What you are asked to do
Repeat only the stretch of lines below that runs from the line with "f 85 142 175" through the line with "f 171 173 57", unaltered.

── Exercise inputs

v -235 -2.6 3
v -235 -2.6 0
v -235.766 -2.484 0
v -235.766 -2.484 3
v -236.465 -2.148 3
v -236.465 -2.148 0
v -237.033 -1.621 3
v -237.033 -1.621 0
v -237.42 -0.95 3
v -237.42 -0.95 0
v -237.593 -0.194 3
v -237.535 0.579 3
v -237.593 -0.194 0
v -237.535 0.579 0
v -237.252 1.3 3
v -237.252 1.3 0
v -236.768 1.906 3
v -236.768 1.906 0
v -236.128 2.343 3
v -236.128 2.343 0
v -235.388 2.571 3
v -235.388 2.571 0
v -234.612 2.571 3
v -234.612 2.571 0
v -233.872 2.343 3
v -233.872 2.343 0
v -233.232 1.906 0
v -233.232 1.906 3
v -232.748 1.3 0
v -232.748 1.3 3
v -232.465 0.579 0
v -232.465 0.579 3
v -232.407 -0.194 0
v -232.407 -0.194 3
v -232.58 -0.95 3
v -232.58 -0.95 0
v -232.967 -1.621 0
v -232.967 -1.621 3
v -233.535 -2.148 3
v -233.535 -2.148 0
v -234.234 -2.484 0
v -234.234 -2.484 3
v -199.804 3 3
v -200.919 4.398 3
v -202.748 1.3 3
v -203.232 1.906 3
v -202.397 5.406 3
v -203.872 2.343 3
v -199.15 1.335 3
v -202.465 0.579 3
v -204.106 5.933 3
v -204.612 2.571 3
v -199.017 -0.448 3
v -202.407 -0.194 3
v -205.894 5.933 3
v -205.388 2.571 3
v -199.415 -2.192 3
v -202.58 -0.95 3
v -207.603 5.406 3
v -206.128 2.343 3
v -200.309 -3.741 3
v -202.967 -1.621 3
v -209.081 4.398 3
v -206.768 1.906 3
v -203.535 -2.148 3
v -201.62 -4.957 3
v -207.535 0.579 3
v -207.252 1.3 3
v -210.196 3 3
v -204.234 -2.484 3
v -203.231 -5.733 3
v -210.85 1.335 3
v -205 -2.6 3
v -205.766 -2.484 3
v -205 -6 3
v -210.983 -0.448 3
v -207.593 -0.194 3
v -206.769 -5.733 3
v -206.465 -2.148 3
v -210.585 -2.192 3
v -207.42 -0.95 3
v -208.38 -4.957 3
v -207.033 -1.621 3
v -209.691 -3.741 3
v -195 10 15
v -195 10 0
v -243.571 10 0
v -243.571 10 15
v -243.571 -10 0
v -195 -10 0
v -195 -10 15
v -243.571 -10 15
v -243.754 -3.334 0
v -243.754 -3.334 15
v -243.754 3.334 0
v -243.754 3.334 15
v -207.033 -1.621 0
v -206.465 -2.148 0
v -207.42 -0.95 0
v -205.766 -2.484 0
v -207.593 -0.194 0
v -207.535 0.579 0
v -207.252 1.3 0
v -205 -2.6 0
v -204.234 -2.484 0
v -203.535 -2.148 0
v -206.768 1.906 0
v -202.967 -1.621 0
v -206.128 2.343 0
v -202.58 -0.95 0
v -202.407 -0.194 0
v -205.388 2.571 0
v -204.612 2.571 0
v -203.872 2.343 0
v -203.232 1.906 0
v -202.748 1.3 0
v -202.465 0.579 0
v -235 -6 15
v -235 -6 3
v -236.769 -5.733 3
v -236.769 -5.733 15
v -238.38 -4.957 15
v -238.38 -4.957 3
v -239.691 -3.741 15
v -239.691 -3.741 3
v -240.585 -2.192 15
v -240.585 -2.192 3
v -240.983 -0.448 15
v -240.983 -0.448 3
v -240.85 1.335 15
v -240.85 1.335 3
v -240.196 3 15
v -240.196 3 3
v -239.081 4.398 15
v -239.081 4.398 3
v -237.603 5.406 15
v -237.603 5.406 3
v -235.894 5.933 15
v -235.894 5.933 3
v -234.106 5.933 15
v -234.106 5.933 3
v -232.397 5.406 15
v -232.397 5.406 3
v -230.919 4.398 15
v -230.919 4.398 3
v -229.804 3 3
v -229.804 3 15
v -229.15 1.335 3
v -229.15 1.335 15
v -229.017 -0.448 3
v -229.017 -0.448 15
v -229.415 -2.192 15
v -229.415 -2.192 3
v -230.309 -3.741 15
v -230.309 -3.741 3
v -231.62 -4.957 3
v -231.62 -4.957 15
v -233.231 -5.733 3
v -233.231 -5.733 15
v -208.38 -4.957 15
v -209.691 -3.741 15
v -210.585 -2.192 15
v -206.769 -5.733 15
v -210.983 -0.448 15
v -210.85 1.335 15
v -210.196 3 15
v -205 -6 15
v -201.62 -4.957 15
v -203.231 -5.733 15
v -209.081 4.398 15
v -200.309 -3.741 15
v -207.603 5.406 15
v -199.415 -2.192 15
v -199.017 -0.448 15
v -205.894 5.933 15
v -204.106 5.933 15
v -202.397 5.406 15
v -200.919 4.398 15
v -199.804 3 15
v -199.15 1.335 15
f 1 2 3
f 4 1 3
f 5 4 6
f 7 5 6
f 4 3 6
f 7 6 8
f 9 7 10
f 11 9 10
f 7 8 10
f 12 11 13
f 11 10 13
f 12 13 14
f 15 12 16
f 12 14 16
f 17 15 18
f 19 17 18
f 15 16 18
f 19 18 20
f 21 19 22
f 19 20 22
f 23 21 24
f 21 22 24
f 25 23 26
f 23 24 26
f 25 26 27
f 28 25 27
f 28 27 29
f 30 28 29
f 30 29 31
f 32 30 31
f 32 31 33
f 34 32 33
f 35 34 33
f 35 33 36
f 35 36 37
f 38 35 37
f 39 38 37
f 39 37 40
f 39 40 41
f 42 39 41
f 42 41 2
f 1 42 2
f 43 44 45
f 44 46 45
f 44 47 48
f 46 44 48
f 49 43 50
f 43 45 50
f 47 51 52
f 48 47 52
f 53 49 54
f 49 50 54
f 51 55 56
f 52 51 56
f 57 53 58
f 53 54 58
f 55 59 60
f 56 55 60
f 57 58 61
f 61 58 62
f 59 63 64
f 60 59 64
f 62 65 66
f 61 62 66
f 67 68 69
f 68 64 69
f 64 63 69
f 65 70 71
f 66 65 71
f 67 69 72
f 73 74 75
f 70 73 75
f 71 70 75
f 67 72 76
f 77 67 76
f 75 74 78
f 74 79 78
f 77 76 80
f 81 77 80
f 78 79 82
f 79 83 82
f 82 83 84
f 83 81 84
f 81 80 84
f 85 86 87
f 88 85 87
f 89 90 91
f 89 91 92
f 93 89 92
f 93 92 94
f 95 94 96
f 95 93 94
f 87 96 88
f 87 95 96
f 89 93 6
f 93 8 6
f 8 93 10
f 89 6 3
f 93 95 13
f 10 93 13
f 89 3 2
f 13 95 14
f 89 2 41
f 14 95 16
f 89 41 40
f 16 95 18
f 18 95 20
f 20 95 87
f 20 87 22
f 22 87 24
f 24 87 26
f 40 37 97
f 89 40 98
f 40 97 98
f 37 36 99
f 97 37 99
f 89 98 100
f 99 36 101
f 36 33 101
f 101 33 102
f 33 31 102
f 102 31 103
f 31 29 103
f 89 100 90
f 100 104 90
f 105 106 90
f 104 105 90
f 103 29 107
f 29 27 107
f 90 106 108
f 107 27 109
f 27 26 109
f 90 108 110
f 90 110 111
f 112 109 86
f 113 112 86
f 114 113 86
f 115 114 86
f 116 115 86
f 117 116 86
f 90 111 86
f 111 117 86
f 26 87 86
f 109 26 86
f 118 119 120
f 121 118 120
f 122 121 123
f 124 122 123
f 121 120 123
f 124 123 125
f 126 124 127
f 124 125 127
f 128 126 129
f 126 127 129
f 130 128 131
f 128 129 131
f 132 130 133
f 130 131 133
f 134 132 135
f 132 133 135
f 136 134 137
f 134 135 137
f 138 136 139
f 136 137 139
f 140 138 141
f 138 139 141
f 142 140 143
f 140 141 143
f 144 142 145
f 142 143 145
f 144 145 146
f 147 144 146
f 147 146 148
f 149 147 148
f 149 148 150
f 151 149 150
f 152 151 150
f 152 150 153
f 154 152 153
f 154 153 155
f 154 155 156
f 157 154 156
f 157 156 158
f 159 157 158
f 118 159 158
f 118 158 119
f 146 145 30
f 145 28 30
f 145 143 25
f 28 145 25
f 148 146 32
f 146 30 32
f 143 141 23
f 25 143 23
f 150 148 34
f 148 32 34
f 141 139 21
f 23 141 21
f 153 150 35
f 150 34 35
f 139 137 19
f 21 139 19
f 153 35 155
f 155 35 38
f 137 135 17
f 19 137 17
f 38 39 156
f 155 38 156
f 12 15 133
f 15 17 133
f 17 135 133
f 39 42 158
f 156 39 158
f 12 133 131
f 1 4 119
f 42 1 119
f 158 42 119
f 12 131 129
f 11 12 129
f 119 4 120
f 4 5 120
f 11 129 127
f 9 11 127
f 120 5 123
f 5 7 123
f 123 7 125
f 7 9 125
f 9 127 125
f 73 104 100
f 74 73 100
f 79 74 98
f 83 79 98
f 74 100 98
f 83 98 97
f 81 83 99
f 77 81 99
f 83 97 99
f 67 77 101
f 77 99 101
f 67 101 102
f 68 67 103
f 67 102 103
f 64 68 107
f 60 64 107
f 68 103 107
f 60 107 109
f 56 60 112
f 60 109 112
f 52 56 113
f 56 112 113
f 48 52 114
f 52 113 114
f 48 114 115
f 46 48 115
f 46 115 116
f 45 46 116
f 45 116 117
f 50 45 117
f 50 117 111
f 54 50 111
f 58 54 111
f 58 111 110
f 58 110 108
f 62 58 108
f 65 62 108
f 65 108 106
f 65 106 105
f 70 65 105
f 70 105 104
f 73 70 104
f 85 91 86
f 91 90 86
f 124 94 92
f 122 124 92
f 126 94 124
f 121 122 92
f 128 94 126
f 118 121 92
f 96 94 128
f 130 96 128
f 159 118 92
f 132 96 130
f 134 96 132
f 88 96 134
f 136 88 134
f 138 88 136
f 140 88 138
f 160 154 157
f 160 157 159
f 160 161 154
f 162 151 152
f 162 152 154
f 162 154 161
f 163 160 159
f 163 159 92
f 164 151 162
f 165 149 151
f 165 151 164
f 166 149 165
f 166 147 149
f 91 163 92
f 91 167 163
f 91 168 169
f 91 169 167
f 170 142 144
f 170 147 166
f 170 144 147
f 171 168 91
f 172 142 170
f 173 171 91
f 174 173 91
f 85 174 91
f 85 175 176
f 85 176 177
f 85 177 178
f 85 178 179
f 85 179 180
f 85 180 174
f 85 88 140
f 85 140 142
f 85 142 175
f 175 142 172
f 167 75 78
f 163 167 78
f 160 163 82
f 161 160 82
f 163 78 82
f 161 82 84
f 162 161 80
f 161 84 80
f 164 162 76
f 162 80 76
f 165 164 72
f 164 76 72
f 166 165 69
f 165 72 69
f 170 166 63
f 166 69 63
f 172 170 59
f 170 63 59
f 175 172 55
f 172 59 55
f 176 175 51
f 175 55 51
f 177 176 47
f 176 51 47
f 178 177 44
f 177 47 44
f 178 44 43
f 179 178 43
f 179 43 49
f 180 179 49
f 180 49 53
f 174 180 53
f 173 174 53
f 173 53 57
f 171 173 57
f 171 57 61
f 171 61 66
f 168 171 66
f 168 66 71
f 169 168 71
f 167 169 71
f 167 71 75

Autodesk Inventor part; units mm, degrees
ref_plane "YZ Plane" through (0, 0, 0) normal (1, 0, 0) x (0, 1, 0)
ref_plane "XZ Plane" through (0, 0, 0) normal (0, 1, 0) x (-1, 0, 0)
ref_plane "XY Plane" through (0, 0, 0) normal (0, 0, 1) x (1, 0, 0)
sketch "Sketch1" plane through (0, 0, 0) normal (0, 0, 1) x (1, 0, 0)
  arc A0 (-243.5713, 10) -> (-243.5713, -10) centre (0, 0) ccw
  line L0 (-195, -10) -> (-195, 10)
  line L1 (-195, 10) -> (-243.5713, 10)
  line L2 (-195, -10) -> (-195, -10)
  line L3 (-195, -10) -> (-243.5713, -10)
  dimension "d19" = 10
  dimension "d20" = 10
  dimension "d21" = 0
extrude "Extrusion1" add sketch "Sketch1" along normal blind 15
sketch "Sketch2" plane through (0, 0, 15) normal (0, 0, 1) x (1, 0, 0)
  circle A0 centre (-205, 0) radius 2.6
  line L0 (-195, -10) -> (-195, 10) projected
  circle A1 centre (-235, 0) radius 2.6
  point P0 (0, 0)
  dimension "d6" = 5.2
  dimension "d7" = 10
  dimension "d8" = 10
  dimension "d9" = 5.2
  dimension "d10" = 10
  dimension "d11" = 30
hole "Hole1" at (-235, 0, 15) at (-205, 0, 15) direction (0, 0, -1) diameter 5.2 end through all counterbore diameter 12 counterbore depth 12
properties part number "turntable_hit"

────

Expected answer
f 85 142 175
f 175 142 172
f 167 75 78
f 163 167 78
f 160 163 82
f 161 160 82
f 163 78 82
f 161 82 84
f 162 161 80
f 161 84 80
f 164 162 76
f 162 80 76
f 165 164 72
f 164 76 72
f 166 165 69
f 165 72 69
f 170 166 63
f 166 69 63
f 172 170 59
f 170 63 59
f 175 172 55
f 172 59 55
f 176 175 51
f 175 55 51
f 177 176 47
f 176 51 47
f 178 177 44
f 177 47 44
f 178 44 43
f 179 178 43
f 179 43 49
f 180 179 49
f 180 49 53
f 174 180 53
f 173 174 53
f 173 53 57
f 171 173 57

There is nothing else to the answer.